= Beginning of Section =
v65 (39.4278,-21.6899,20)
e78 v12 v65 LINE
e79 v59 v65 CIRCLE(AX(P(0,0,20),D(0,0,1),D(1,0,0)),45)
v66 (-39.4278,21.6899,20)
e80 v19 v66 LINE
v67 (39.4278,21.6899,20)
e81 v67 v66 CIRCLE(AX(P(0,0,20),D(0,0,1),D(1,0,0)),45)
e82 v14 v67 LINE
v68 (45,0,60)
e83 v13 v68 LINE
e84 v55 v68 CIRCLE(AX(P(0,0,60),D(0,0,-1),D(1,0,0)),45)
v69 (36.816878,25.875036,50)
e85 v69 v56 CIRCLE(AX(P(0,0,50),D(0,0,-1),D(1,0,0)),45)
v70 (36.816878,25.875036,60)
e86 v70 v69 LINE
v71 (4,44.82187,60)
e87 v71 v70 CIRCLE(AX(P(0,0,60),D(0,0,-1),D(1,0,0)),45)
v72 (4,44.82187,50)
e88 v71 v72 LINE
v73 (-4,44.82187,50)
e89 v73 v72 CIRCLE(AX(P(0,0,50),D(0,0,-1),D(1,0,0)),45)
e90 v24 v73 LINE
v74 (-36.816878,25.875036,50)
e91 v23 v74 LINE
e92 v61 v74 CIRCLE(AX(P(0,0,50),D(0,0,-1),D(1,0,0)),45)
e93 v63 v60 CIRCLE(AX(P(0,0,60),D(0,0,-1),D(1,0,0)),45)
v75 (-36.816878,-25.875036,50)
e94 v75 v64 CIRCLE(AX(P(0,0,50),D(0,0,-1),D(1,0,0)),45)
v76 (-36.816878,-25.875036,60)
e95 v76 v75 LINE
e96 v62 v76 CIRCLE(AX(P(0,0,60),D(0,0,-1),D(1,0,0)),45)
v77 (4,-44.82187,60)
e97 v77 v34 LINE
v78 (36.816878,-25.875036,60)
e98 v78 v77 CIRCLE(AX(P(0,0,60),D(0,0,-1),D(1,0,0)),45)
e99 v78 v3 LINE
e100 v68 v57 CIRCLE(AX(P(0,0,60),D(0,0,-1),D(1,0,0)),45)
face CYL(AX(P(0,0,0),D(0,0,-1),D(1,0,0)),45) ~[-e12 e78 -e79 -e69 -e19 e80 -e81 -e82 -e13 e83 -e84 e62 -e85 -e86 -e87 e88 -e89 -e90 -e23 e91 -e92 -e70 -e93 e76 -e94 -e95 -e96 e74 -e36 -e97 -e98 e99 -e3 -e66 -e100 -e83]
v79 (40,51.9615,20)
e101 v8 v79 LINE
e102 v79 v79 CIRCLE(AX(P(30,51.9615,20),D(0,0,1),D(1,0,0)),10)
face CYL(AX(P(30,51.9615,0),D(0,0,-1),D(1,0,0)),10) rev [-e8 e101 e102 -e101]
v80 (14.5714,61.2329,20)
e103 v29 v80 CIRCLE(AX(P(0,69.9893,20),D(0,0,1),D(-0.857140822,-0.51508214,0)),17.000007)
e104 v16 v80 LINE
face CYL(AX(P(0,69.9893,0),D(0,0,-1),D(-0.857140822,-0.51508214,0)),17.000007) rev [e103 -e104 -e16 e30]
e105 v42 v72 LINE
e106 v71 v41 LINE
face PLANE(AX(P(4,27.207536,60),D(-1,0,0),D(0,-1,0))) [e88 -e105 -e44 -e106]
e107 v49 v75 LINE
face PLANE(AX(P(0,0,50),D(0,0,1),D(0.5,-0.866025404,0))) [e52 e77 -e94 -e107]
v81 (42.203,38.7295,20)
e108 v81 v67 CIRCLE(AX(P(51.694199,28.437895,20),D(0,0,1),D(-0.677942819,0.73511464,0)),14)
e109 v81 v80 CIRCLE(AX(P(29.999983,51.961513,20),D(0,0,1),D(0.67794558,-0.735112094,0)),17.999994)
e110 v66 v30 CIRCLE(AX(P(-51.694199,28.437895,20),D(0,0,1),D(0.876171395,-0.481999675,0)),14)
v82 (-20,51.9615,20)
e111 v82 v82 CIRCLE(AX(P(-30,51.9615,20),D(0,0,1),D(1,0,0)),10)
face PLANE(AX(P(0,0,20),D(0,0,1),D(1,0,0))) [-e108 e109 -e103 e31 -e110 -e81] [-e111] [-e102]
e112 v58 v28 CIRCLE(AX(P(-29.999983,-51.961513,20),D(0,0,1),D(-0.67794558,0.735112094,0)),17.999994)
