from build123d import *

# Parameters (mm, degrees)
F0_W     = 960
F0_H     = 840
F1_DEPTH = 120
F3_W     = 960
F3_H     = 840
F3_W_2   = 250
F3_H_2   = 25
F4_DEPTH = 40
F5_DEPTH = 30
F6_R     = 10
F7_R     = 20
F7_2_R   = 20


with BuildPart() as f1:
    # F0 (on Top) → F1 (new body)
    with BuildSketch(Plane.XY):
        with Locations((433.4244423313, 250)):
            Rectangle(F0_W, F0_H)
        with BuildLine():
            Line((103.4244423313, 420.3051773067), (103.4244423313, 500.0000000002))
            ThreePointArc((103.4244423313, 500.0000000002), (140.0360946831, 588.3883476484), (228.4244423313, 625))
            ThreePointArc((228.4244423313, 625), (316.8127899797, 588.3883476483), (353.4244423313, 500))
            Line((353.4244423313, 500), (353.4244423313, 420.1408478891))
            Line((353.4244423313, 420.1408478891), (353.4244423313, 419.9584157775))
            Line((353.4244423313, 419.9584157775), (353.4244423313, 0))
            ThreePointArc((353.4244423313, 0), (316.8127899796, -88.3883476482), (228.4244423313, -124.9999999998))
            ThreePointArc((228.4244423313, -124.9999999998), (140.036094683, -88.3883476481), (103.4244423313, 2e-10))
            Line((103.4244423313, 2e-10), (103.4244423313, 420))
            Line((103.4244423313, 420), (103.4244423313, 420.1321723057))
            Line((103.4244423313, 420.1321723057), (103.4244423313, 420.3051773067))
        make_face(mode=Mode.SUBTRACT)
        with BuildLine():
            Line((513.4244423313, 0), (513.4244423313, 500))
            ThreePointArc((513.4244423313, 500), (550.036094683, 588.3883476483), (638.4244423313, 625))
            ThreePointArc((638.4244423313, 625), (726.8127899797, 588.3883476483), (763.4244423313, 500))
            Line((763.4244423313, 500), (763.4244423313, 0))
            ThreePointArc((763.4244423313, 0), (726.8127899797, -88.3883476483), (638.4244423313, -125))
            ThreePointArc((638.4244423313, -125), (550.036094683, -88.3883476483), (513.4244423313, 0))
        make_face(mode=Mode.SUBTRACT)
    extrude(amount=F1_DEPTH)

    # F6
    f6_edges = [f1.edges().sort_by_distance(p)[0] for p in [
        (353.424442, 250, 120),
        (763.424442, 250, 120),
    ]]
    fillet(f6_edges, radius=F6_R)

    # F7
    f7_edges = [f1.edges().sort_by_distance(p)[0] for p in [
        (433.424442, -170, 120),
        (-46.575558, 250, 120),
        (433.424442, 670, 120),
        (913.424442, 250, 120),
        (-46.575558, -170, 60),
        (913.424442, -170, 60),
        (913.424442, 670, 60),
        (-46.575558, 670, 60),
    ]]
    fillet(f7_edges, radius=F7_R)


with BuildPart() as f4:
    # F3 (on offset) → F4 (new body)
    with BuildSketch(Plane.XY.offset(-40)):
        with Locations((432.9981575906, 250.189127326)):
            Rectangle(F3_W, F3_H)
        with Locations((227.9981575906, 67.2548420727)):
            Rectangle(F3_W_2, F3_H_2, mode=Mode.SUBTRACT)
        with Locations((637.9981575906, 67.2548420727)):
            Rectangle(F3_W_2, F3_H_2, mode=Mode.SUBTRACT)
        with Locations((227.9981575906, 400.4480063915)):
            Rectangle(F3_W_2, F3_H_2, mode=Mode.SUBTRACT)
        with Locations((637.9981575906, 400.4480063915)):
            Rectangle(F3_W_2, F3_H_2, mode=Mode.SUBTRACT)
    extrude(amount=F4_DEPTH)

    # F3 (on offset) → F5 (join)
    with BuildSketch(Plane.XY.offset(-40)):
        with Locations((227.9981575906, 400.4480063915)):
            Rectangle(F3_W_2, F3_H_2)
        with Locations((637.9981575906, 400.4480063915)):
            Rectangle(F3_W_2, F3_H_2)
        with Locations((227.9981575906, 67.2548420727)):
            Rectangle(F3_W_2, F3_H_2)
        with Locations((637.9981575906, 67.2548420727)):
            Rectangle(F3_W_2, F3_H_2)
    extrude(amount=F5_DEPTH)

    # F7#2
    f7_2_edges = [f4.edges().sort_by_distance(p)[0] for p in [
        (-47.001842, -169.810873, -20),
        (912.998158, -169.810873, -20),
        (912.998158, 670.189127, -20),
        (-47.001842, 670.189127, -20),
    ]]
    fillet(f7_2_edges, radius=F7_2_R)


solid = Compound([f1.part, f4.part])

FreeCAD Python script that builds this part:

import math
import FreeCAD as App
import Part
import Sketcher

V = App.Vector


def edges_at(feature, points):
    """Names of the edges that pass closest to the given points."""
    edges = feature.Shape.Edges
    near = lambda p: min(range(len(edges)), key=lambda i: edges[i].distToShape(Part.Vertex(*p))[0])
    return sorted({f"Edge{near(p) + 1}" for p in points})

doc = App.newDocument("Part")
params = doc.addObject("Spreadsheet::Sheet", "Params")
for row, (alias, value) in enumerate([
    ("sketch1_radius", "125 mm"),
    ("sketch1_width", "960 mm"),
    ("sketch1_height", "840 mm"),
    ("sketch1_height2", "500 mm"),
    ("pad1_length", "120 mm"),
    ("fillet_radius", "10 mm"),
    ("fillet2_radius", "20 mm"),
    ("sketch2_width", "960 mm"),
    ("sketch2_width2", "250 mm"),
    ("sketch2_height", "840 mm"),
    ("sketch2_height2", "25 mm"),
    ("pad2_length", "40 mm"),
    ("sketch3_width", "250 mm"),
    ("sketch3_height", "25 mm"),
    ("pad3_length", "30 mm"),
    ("fillet3_radius", "20 mm"),
], start=1):
    params.set(f"A{row}", alias)
    params.set(f"B{row}", "=" + value)
    params.setAlias(f"B{row}", alias)

body = doc.addObject("PartDesign::Body", "Body")

sketch1 = body.newObject("Sketcher::SketchObject", "Sketch")
sketch1.AttachmentSupport = (doc.getObject("XY_Plane"), [""])
sketch1.MapMode = "FlatFace"
sketch1.addGeometry(Part.LineSegment(V(-46.575558, 670, 0), V(-46.575558, -170, 0)), False)
sketch1.addGeometry(Part.LineSegment(V(-46.575558, -170, 0), V(913.424442, -170, 0)), False)
sketch1.addGeometry(Part.LineSegment(V(913.424442, -170, 0), V(913.424442, 670, 0)), False)
sketch1.addGeometry(Part.LineSegment(V(913.424442, 670, 0), V(-46.575558, 670, 0)), False)
sketch1.addGeometry(Part.LineSegment(V(103.424442, 0, 0), V(103.424442, 500, 0)), False)
sketch1.addGeometry(Part.ArcOfCircle(Part.Circle(V(228.424442, 500, 0), V(0, 0, 1), 125), math.radians(0), math.radians(180)), False)
sketch1.addGeometry(Part.LineSegment(V(353.424442, 500, 0), V(353.424442, 0, 0)), False)
sketch1.addGeometry(Part.ArcOfCircle(Part.Circle(V(228.424442, 0, 0), V(0, 0, 1), 125), math.radians(180), math.radians(360)), False)
sketch1.addGeometry(Part.ArcOfCircle(Part.Circle(V(638.424442, 0, 0), V(0, 0, 1), 125), math.radians(180), math.radians(360)), False)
= End of Section =
Exercise directions:
Your task is to repeat the records exactly. Begin at their first line and stop after the line containing "e100 v68 v57".

Result below:
v65 (39.4278,-21.6899,20)
e78 v12 v65 LINE
e79 v59 v65 CIRCLE(AX(P(0,0,20),D(0,0,1),D(1,0,0)),45)
v66 (-39.4278,21.6899,20)
e80 v19 v66 LINE
v67 (39.4278,21.6899,20)
e81 v67 v66 CIRCLE(AX(P(0,0,20),D(0,0,1),D(1,0,0)),45)
e82 v14 v67 LINE
v68 (45,0,60)
e83 v13 v68 LINE
e84 v55 v68 CIRCLE(AX(P(0,0,60),D(0,0,-1),D(1,0,0)),45)
v69 (36.816878,25.875036,50)
e85 v69 v56 CIRCLE(AX(P(0,0,50),D(0,0,-1),D(1,0,0)),45)
v70 (36.816878,25.875036,60)
e86 v70 v69 LINE
v71 (4,44.82187,60)
e87 v71 v70 CIRCLE(AX(P(0,0,60),D(0,0,-1),D(1,0,0)),45)
v72 (4,44.82187,50)
e88 v71 v72 LINE
v73 (-4,44.82187,50)
e89 v73 v72 CIRCLE(AX(P(0,0,50),D(0,0,-1),D(1,0,0)),45)
e90 v24 v73 LINE
v74 (-36.816878,25.875036,50)
e91 v23 v74 LINE
e92 v61 v74 CIRCLE(AX(P(0,0,50),D(0,0,-1),D(1,0,0)),45)
e93 v63 v60 CIRCLE(AX(P(0,0,60),D(0,0,-1),D(1,0,0)),45)
v75 (-36.816878,-25.875036,50)
e94 v75 v64 CIRCLE(AX(P(0,0,50),D(0,0,-1),D(1,0,0)),45)
v76 (-36.816878,-25.875036,60)
e95 v76 v75 LINE
e96 v62 v76 CIRCLE(AX(P(0,0,60),D(0,0,-1),D(1,0,0)),45)
v77 (4,-44.82187,60)
e97 v77 v34 LINE
v78 (36.816878,-25.875036,60)
e98 v78 v77 CIRCLE(AX(P(0,0,60),D(0,0,-1),D(1,0,0)),45)
e99 v78 v3 LINE
e100 v68 v57 CIRCLE(AX(P(0,0,60),D(0,0,-1),D(1,0,0)),45)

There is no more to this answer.